Cooling Unit (CDU) 1 has failed in Setonix

Resolved

CDU1 has survived overnight.
Posted Sep 04, 2025 - 11:42 AWST

Update

The CDU1 failed again this morning.

HPE discovered the expansion tank had no pressure. They have pumped the bladder tank to 18PSI.

All cabinets, chassis and nodes are now powered up and nodes are booted.

We will pray.
Posted Sep 03, 2025 - 11:37 AWST

Monitoring

HPE have powered back on the affected racks, and all nodes bar one have passed testing.

Pawsey will ask for a Post Incident Report from HPE and monitor the system overnight.
Posted Sep 02, 2025 - 17:50 AWST

Investigating

CDU 1 has failed in Setonix which has resulting in Racks X1002, X1003 and X1004 off lining all nodes in those racks.

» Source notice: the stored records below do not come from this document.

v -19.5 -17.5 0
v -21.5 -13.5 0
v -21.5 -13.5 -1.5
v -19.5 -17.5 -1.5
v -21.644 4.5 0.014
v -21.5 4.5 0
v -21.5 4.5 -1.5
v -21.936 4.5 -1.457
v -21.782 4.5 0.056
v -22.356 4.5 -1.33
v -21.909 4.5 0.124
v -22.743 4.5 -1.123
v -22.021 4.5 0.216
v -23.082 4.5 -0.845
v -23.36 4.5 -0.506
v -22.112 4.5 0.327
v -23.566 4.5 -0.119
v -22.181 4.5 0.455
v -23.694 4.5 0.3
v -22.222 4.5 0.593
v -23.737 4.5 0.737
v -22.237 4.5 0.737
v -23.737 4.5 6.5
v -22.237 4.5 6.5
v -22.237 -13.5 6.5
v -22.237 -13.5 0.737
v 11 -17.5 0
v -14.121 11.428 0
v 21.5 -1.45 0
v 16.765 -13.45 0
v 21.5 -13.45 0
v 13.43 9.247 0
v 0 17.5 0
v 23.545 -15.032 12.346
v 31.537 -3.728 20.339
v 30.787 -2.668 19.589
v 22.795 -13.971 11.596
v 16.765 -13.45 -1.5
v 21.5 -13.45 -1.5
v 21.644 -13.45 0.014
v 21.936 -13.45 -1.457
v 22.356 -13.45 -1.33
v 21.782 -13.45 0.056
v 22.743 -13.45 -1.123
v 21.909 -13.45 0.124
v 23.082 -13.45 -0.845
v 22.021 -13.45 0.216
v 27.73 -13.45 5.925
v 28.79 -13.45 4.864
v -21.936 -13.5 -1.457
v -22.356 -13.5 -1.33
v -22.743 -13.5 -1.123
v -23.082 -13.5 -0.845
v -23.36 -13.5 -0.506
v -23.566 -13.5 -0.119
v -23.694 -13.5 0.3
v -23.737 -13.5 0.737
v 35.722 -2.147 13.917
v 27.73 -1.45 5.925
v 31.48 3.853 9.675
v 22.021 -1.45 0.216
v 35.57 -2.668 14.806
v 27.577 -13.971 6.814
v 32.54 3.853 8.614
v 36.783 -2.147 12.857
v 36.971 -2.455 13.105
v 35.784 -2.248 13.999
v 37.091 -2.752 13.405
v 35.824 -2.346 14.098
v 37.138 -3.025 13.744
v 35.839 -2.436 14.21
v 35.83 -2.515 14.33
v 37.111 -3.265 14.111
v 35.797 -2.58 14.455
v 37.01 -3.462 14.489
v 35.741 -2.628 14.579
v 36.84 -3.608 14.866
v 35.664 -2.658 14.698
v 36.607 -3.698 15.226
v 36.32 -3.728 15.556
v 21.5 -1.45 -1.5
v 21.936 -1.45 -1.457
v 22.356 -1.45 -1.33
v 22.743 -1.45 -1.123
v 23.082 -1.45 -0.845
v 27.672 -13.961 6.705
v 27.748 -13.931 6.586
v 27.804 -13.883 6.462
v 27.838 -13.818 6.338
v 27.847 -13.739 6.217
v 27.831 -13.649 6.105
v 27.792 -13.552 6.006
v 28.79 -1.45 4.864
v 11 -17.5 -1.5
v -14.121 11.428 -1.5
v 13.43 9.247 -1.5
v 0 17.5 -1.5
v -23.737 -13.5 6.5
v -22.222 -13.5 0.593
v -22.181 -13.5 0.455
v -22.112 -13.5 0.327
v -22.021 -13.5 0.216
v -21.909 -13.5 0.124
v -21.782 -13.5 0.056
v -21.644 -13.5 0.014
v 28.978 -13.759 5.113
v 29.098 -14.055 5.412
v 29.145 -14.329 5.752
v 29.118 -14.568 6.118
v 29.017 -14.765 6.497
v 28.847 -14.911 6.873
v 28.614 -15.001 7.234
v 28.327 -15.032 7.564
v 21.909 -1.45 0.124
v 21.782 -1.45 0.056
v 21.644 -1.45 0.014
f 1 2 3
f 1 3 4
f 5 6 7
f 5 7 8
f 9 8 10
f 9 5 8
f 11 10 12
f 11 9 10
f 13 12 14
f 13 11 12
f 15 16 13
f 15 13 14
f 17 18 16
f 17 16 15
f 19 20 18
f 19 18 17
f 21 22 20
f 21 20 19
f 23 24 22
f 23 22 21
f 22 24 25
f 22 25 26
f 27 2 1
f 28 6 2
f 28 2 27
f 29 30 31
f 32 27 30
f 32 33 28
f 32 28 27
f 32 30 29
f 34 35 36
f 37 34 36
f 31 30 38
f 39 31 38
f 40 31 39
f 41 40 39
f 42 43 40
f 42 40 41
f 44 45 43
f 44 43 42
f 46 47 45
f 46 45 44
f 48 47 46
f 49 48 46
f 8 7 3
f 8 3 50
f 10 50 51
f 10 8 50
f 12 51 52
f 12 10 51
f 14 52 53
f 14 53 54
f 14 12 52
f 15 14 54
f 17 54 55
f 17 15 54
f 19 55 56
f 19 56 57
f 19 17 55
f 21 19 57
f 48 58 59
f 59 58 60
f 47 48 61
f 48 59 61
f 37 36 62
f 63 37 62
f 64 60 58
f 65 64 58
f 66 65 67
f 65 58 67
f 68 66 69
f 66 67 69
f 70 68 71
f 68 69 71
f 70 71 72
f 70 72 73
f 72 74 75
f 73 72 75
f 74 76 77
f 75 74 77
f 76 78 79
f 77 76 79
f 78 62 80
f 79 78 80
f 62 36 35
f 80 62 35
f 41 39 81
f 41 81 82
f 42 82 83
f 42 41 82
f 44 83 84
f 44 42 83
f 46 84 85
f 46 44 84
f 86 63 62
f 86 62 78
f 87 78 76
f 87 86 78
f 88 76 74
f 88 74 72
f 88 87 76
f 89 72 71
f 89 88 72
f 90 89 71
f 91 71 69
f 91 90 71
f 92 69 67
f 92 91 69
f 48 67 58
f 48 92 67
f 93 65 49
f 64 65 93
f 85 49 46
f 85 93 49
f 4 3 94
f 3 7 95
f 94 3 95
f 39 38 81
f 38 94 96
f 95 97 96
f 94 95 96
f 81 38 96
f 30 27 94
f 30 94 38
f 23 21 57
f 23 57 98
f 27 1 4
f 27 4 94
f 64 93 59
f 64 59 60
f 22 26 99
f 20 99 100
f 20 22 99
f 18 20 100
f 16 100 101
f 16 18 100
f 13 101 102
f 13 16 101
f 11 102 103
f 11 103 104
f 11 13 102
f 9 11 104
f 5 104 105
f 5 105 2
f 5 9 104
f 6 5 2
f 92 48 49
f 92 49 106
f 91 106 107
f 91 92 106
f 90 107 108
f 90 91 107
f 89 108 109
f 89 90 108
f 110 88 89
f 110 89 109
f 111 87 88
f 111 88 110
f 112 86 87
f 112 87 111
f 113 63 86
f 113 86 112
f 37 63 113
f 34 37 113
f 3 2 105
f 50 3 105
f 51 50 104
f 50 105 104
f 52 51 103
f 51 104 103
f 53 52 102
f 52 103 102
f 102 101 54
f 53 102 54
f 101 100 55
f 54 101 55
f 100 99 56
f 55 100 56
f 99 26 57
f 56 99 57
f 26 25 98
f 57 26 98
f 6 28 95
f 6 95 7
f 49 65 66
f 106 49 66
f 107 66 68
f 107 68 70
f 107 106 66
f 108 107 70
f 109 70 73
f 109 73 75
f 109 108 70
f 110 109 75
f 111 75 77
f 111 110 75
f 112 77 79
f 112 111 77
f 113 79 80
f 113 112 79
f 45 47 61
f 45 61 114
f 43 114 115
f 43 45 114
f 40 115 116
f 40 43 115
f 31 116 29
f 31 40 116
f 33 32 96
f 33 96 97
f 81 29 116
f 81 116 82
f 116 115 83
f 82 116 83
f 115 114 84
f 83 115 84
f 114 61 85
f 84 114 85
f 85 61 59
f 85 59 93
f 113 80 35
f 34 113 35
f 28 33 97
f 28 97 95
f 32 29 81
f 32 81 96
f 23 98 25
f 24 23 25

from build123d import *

# Parameters (mm, degrees)
CROQUIS1_W              = 43
CROQUIS1_H              = 35
BRIDA_BASE1_DEPTH       = 1.5
CROQUIS6_W              = 59.566817112
CROQUIS6_H              = 45.88022185
CORTAR_EXTRUIR1_DEPTH   = 10
BRIDA_DE_ARISTA1_DEPTH  = 18
BRIDA_DE_ARISTA2_DEPTH  = 12
CORTAR_EXTRUIR2_DEPTH   = 10
SALIENTE_EXTRUIR1_DEPTH = 1.5
CORTAR_EXTRUIR3_DEPTH   = 10
BRIDA_DE_ARISTA3_DEPTH  = 15.985281374


# Sheet-metal steps are written as plain solids
with BuildPart() as part:
    # Croquis1 → Brida base1 (new body)
    with BuildSketch(Plane.XY):
        Rectangle(CROQUIS1_W, CROQUIS1_H)
    extrude(amount=-BRIDA_BASE1_DEPTH)

    # Croquis6 → Cortar-Extruir1 (cut)
    with BuildSketch(Plane.XY):
        Rectangle(CROQUIS6_W, CROQUIS6_H)
        Polygon((11, -17.5), (16.764888282, -13.45), (21.5, -13.45), (21.5, -1.45), (13.429731846, 9.247432799), (0, 17.5), (-14.121485549, 11.428046656), (-21.5, 4.5), (-21.5, -13.5), (-19.5, -17.5), align=None, mode=Mode.SUBTRACT)
    extrude(amount=-CORTAR_EXTRUIR1_DEPTH, mode=Mode.SUBTRACT)

    # Brida de arista1 section (across the edge) → Brida de arista1 (add)
    with BuildSketch(Plane(origin=(-22.2366, 4.5, 0), x_dir=(1, 0, 0), z_dir=(0, -1, 0))):
        with BuildLine():
            Line((-1.5, 0.7366), (-1.5, 6.5))
            Line((-1.5, 6.5), (0, 6.5))
            Line((0, 6.5), (0, 0.7366))
            ThreePointArc((0, 0.7366), (0.215745145, 0.215745145), (0.7366, 0))
            Line((0.7366, 0), (0.7366, -1.5))
            ThreePointArc((0.7366, -1.5), (-0.844915027, -0.844915027), (-1.5, 0.7366))
        make_face()
    extrude(amount=BRIDA_DE_ARISTA1_DEPTH)

    # Brida de arista2 section (across the edge) → Brida de arista2 (add)
    with BuildSketch(Plane(origin=(21.80510971, -13.45, 0), x_dir=(-0.7071067811865438, 0, 0.7071067811865512), z_dir=(0, 1, 0))):
        with BuildLine():
            Line((-1.5, 0.30510971), (-1.5, 20.378679656))
            Line((-1.5, 20.378679656), (0, 20.378679656))
            Line((0, 20.378679656), (0, 0.30510971))
            ThreePointArc((0, 0.30510971), (0.056070336, 0.023225094), (0.215745145, -0.215745145))
            Line((0.215745145, -0.215745145), (-0.844915027, -1.276405317))
            ThreePointArc((-0.844915027, -1.276405317), (-1.329748962, -0.550800055), (-1.5, 0.30510971))
        make_face()
    extrude(amount=BRIDA_DE_ARISTA2_DEPTH)

    # Croquis13 → Cortar-Extruir2 (cut)
    with BuildSketch(Plane(origin=(11.963215027, 0, -11.963215027), x_dir=(-0.7071067811865513, 0, -0.7071067811865438), z_dir=(0.7071067811865438, 0, -0.7071067811865513))):
        Polygon((-35.797220597, -1.45), (-23.797220597, -13.45), (-35.797220597, -13.45), align=None)
    extrude(amount=-CORTAR_EXTRUIR2_DEPTH, mode=Mode.SUBTRACT)

    # Croquis14 → Saliente-Extruir1 (add)
    with BuildSketch(Plane(origin=(11.963215027, 0, -11.963215027), x_dir=(-0.7071067811865513, 0, -0.7071067811865438), z_dir=(0.7071067811865438, 0, -0.7071067811865513))):
        Polygon((-35.797220597, -1.45), (-23.797220597, -1.45), (-30.161181628, 4.913961031), (-36.161181628, -1.086038969), align=None)
    extrude(amount=-SALIENTE_EXTRUIR1_DEPTH)

    # Croquis15 → Cortar-Extruir3 (cut)
    with BuildSketch(Plane(origin=(10.902554855, 0, -10.902554855), x_dir=(0.7071067811865513, 0, 0.7071067811865438), z_dir=(-0.7071067811865438, 0, 0.7071067811865513))):
        Polygon((30.161181628, 4.913961031), (36.161181628, -1.086038969), (35.100521456, -2.146699141), (29.100521456, 3.853300859), align=None)
    extrude(amount=-CORTAR_EXTRUIR3_DEPTH, mode=Mode.SUBTRACT)

    # Brida de arista3 section (across the edge) → Brida de arista3 (add)
    with BuildSketch(Plane(origin=(28.098030913, -13.970854855, 6.292921202), x_dir=(-0.5000000000000027, 0.7071067811865511, -0.4999999999999924), z_dir=(0.5000000000000054, 0.7071067811865441, 0.49999999999999967))):
        with BuildLine():
            Line((-1.5, 0.7366), (-1.5, 7.5))
            Line((-1.5, 7.5), (0, 7.5))
            Line((0, 7.5), (0, 0.7366))
            ThreePointArc((0, 0.7366), (0.215745145, 0.215745145), (0.7366, 0))
            Line((0.7366, 0), (0.7366, -1.5))
            ThreePointArc((0.7366, -1.5), (-0.844915027, -0.844915027), (-1.5, 0.7366))
        make_face()
    extrude(amount=BRIDA_DE_ARISTA3_DEPTH)


solid = part.part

Approximately half of the GPU capacity and one third of the CPU capacity of Setonix is unavailable.

HPE are onsite and investigating, but have no ETA on when the cooling unit will be restored to service.
Posted Sep 02, 2025 - 17:10 AWST
This incident affected: Setonix (Setonix work partition, Setonix gpu partition, Setonix gpu high mem partition, Setonix gpu debug partition).